◆ Task instructions
Copy out, word for word, the lines from the start of the data below through the line containing "v 0.631 -4 23.476", and no others.

◆ Entries supplied
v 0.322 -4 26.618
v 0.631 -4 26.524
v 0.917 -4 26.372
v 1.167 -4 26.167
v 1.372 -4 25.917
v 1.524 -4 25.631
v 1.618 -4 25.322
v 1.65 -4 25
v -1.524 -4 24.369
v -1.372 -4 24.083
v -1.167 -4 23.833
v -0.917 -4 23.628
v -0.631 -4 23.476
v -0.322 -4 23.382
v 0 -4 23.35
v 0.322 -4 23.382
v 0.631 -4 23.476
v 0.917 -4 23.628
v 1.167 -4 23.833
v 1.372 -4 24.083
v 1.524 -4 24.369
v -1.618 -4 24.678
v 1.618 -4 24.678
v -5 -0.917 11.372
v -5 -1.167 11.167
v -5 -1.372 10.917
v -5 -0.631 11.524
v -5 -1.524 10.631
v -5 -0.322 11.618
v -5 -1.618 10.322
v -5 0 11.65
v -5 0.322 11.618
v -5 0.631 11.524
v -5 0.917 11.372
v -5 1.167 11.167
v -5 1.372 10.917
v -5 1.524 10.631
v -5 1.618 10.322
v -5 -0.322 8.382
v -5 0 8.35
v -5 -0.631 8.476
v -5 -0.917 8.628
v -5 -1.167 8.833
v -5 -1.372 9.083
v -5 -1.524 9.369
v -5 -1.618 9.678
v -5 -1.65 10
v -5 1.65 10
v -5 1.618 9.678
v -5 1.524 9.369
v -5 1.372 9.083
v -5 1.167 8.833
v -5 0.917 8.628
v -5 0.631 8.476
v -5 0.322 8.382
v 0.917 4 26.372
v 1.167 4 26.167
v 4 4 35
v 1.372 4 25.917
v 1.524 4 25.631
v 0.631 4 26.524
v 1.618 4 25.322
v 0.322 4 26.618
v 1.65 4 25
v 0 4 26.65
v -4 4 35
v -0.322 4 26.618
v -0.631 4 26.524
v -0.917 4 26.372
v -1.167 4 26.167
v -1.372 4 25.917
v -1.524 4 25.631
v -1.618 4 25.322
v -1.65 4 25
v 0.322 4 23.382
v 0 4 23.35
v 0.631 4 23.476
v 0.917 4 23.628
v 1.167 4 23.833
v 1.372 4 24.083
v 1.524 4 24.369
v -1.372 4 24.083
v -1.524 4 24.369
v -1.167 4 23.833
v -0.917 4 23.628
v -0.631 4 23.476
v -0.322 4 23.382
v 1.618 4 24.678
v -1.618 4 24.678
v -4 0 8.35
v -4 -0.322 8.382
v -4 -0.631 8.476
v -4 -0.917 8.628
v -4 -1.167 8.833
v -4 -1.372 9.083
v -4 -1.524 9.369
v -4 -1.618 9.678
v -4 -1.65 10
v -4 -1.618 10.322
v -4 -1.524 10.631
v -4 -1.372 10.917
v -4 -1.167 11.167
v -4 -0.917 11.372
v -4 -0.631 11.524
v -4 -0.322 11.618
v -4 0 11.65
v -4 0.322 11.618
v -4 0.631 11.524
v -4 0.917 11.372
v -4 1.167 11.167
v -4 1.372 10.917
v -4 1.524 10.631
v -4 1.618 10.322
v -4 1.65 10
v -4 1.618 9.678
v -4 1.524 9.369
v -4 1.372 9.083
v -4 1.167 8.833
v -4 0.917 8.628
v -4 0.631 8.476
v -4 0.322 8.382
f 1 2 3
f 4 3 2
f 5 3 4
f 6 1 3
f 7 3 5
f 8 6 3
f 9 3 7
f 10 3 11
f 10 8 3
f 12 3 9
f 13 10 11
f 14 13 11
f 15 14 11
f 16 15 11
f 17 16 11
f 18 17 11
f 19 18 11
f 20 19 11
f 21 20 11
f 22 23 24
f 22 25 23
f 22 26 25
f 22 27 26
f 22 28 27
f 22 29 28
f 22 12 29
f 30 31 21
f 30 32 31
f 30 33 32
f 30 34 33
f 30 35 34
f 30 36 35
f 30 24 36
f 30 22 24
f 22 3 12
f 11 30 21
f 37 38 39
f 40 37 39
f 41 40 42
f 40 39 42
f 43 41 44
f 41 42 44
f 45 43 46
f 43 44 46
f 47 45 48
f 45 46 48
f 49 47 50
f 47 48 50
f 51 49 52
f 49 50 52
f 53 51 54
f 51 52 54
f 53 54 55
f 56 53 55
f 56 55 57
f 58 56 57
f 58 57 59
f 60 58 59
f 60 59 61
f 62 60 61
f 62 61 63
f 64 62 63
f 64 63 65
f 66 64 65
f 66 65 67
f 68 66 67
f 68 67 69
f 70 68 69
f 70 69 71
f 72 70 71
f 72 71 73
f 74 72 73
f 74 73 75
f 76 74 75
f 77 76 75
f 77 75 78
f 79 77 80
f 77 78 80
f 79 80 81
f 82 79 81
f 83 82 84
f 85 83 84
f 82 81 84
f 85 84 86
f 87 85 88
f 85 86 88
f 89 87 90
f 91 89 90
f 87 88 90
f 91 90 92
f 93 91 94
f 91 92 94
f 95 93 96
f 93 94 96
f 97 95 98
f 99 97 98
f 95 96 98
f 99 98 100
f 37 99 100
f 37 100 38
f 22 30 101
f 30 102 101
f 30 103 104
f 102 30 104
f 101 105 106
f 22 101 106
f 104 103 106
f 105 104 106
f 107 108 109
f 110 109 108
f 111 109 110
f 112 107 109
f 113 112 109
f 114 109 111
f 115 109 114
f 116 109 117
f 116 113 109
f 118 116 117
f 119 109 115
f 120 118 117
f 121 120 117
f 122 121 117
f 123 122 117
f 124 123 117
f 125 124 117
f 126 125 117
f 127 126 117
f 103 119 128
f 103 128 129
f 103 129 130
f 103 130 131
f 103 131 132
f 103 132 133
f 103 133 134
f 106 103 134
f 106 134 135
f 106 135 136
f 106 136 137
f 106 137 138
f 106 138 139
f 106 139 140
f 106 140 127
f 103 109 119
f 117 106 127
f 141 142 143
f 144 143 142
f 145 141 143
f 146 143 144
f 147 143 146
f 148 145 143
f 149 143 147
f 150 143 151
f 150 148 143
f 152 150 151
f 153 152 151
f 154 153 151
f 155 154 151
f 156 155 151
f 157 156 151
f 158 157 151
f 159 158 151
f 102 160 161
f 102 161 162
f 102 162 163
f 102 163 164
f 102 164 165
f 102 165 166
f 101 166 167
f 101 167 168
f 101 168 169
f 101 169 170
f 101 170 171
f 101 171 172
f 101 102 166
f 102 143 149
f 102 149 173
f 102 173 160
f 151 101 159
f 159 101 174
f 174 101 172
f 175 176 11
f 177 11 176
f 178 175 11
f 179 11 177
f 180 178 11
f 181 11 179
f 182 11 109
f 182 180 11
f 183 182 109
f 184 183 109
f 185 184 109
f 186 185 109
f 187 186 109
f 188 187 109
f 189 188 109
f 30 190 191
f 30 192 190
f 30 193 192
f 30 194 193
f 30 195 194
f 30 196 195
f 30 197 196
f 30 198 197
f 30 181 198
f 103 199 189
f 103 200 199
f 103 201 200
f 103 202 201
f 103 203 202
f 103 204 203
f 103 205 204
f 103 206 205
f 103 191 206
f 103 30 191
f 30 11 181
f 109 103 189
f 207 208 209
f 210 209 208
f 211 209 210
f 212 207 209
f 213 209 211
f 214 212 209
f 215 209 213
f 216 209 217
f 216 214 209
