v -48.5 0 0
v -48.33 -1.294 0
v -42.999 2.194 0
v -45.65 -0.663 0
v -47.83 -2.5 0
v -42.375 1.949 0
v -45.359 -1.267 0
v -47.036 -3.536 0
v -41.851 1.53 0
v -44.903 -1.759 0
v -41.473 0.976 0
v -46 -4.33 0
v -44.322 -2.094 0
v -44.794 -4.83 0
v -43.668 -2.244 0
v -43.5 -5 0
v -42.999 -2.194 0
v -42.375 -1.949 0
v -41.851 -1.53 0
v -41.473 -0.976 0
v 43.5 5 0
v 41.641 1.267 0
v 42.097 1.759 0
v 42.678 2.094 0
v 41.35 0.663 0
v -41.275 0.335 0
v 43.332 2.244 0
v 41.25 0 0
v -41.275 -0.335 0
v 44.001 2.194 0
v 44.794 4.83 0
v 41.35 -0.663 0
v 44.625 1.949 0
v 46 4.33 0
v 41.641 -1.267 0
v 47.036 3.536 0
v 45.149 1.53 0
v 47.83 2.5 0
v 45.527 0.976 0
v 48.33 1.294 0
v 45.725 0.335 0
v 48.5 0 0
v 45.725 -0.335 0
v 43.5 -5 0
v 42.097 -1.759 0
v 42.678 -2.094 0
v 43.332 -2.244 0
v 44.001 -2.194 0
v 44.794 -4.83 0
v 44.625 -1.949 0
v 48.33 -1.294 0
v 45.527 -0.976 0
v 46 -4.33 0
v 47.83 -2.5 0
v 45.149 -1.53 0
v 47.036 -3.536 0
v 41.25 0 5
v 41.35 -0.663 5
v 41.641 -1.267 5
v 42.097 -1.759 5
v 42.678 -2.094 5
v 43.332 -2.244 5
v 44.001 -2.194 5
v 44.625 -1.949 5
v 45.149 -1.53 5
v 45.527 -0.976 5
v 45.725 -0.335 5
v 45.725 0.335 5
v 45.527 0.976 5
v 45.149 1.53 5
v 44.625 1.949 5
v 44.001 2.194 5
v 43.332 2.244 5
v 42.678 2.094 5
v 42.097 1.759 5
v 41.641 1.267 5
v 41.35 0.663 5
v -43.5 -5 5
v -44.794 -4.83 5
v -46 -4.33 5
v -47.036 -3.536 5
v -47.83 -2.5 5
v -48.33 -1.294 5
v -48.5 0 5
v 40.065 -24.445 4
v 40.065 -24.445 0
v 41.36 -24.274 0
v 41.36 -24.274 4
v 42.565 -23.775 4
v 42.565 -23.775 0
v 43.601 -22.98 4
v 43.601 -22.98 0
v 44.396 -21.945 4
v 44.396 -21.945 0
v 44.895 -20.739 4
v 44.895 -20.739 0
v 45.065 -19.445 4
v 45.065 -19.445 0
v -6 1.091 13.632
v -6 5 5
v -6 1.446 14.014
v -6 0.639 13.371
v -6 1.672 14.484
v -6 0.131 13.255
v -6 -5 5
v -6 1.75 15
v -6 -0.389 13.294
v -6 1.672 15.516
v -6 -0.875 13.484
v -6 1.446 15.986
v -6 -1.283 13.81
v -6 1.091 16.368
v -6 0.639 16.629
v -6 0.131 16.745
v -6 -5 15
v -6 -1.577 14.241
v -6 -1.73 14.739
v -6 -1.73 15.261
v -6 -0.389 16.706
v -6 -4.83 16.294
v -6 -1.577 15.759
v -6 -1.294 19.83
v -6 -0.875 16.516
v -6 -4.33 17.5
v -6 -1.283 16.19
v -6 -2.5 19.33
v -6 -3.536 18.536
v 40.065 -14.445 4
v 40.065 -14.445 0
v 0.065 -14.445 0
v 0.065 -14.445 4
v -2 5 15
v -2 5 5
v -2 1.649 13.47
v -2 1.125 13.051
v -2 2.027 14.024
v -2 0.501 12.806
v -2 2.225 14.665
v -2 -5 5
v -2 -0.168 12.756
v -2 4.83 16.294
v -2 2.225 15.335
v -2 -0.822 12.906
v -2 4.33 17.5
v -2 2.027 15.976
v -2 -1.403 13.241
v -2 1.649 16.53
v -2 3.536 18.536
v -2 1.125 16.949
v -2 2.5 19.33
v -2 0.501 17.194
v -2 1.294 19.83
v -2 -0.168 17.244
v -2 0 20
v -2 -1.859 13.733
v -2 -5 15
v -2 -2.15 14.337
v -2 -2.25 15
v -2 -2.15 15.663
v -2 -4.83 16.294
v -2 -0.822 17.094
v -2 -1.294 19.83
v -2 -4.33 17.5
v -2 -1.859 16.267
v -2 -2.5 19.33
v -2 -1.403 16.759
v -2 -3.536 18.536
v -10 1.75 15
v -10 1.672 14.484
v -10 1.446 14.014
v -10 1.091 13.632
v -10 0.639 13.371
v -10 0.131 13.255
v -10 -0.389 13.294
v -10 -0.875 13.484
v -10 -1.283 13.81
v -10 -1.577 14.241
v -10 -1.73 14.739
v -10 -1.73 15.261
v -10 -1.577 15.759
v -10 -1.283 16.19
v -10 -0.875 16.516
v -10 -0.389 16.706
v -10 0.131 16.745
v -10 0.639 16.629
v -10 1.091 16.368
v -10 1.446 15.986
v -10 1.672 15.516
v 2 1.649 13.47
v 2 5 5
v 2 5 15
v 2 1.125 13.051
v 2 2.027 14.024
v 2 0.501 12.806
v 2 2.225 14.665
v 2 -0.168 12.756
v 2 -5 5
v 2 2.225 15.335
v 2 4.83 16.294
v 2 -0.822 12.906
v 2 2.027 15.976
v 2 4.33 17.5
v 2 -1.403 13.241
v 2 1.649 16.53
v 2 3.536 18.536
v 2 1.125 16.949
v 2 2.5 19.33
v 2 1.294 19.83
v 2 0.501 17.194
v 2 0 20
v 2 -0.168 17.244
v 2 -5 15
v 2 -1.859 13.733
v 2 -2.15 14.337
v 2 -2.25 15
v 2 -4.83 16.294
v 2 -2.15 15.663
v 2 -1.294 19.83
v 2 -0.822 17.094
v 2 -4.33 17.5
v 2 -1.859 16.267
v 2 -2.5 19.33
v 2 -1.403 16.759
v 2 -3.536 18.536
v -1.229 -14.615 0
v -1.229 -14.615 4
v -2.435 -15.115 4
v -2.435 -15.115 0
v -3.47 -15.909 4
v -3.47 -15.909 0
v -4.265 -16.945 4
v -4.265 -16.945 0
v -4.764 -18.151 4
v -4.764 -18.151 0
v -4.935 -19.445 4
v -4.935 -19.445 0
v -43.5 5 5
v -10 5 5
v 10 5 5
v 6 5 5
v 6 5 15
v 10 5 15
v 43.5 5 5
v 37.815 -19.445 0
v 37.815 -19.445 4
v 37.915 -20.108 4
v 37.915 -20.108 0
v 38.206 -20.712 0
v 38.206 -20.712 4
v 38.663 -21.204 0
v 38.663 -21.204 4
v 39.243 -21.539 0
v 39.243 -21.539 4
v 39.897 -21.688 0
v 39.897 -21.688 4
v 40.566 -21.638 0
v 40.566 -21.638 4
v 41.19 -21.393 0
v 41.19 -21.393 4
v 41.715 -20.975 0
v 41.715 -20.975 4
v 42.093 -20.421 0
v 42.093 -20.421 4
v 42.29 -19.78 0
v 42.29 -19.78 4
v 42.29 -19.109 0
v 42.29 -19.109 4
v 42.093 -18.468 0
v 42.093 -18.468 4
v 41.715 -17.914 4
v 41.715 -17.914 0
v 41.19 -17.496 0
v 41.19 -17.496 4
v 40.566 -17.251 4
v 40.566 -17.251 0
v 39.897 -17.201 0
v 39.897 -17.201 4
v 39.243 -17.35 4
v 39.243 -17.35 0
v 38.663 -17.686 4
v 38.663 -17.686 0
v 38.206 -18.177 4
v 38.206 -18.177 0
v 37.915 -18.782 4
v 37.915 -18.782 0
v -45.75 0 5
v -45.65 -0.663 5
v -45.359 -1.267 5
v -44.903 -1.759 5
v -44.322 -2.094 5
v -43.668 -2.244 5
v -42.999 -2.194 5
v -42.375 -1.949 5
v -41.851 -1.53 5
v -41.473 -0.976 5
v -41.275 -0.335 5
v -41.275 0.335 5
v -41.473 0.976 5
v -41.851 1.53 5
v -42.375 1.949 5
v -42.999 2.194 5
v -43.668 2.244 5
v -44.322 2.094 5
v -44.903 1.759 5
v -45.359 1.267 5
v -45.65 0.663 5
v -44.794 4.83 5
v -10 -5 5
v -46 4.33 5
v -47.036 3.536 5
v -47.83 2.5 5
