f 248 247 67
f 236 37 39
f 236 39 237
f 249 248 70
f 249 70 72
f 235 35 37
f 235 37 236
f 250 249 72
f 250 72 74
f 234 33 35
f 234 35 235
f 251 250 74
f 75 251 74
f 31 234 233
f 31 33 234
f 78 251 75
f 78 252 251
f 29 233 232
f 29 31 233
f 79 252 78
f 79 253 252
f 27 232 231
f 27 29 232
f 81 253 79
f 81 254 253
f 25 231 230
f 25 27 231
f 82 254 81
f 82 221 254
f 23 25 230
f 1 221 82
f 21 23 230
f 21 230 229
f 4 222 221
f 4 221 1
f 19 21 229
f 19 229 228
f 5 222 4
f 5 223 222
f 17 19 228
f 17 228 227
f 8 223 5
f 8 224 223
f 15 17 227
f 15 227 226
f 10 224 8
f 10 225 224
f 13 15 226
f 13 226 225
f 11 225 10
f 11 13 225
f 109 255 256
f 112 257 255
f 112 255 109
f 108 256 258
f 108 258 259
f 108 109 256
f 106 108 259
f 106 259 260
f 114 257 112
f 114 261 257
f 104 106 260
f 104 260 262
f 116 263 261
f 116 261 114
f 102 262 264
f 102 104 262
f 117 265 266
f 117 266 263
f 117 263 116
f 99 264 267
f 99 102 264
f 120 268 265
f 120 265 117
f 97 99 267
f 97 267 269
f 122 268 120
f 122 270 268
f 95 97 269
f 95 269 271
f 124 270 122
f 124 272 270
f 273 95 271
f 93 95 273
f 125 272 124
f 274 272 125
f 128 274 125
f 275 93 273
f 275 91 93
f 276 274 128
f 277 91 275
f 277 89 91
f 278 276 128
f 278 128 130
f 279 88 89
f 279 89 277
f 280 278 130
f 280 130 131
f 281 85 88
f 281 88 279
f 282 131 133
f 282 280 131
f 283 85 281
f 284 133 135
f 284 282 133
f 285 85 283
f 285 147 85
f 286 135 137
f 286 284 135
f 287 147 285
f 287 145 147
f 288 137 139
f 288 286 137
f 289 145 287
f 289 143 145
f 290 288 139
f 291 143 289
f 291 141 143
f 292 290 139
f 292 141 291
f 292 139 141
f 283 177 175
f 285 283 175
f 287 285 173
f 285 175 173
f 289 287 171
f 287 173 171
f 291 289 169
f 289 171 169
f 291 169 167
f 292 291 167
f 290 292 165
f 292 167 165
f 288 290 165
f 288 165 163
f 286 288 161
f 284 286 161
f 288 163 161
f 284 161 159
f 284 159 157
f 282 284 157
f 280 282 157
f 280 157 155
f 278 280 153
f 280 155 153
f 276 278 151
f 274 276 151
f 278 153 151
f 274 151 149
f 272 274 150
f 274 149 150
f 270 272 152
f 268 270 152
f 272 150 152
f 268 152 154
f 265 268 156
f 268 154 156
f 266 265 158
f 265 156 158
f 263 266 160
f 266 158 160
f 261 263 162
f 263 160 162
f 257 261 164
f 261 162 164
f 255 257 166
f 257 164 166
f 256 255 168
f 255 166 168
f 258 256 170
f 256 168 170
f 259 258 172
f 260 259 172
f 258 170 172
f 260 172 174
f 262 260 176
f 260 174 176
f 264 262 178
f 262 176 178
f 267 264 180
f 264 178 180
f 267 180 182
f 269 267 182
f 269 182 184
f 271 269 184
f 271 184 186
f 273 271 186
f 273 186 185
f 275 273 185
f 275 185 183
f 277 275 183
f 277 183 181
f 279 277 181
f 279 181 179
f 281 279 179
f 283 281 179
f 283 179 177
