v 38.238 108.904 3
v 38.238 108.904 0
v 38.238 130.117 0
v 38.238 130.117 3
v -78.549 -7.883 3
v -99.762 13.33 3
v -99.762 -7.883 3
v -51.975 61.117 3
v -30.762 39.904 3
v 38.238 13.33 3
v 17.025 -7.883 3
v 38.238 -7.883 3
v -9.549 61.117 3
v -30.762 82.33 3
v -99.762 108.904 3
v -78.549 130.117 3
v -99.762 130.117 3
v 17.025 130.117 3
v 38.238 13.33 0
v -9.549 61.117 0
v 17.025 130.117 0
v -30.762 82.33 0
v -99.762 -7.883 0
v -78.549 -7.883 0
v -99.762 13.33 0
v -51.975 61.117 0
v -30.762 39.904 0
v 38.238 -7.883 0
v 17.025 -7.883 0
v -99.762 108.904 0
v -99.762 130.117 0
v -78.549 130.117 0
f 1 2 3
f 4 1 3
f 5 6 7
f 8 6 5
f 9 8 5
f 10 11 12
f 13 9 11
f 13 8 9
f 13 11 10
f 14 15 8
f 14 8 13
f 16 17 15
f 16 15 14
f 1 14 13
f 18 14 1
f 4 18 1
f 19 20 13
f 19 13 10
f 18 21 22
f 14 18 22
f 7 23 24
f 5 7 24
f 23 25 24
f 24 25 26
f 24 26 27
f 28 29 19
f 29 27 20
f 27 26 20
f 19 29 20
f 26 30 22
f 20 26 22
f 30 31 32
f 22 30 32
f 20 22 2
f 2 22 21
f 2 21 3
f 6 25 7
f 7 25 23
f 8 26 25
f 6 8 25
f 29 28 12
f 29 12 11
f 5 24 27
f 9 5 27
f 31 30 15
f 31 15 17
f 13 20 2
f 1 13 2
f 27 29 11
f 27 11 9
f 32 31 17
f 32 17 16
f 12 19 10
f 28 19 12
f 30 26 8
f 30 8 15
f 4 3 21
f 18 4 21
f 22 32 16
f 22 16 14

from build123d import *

# Parameters (mm, degrees)
BOSS_EXTRUDE1_DEPTH = 3
BOSS_EXTRUDE2_DEPTH = 3


with BuildPart() as part:
    # Sketch7 → Boss-Extrude1 (new body)
    with BuildSketch(Plane.XY):
        Polygon((-78.549032868, 130.117059275), (38.237763696, 13.33026271), (38.237763696, -7.882940725), (17.02456026, -7.882940725), (-99.762236304, 108.903855839), (-99.762236304, 130.117059275), align=None)
    extrude(amount=BOSS_EXTRUDE1_DEPTH)

    # Sketch8 → Boss-Extrude2 (add)
    with BuildSketch(Plane.XY):
        Polygon((-78.549032868, -7.882940725), (38.237763696, 108.903855839), (38.237763696, 130.117059275), (17.02456026, 130.117059275), (-99.762236304, 13.33026271), (-99.762236304, -7.882940725), align=None)
    extrude(amount=BOSS_EXTRUDE2_DEPTH)


solid = part.part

◆ Answer to the exercise
v 0.322 -4 26.618
v 0.631 -4 26.524
v 0.917 -4 26.372
v 1.167 -4 26.167
v 1.372 -4 25.917
v 1.524 -4 25.631
v 1.618 -4 25.322
v 1.65 -4 25
v -1.524 -4 24.369
v -1.372 -4 24.083
v -1.167 -4 23.833
v -0.917 -4 23.628
v -0.631 -4 23.476
v -0.322 -4 23.382
v 0 -4 23.35
v 0.322 -4 23.382
v 0.631 -4 23.476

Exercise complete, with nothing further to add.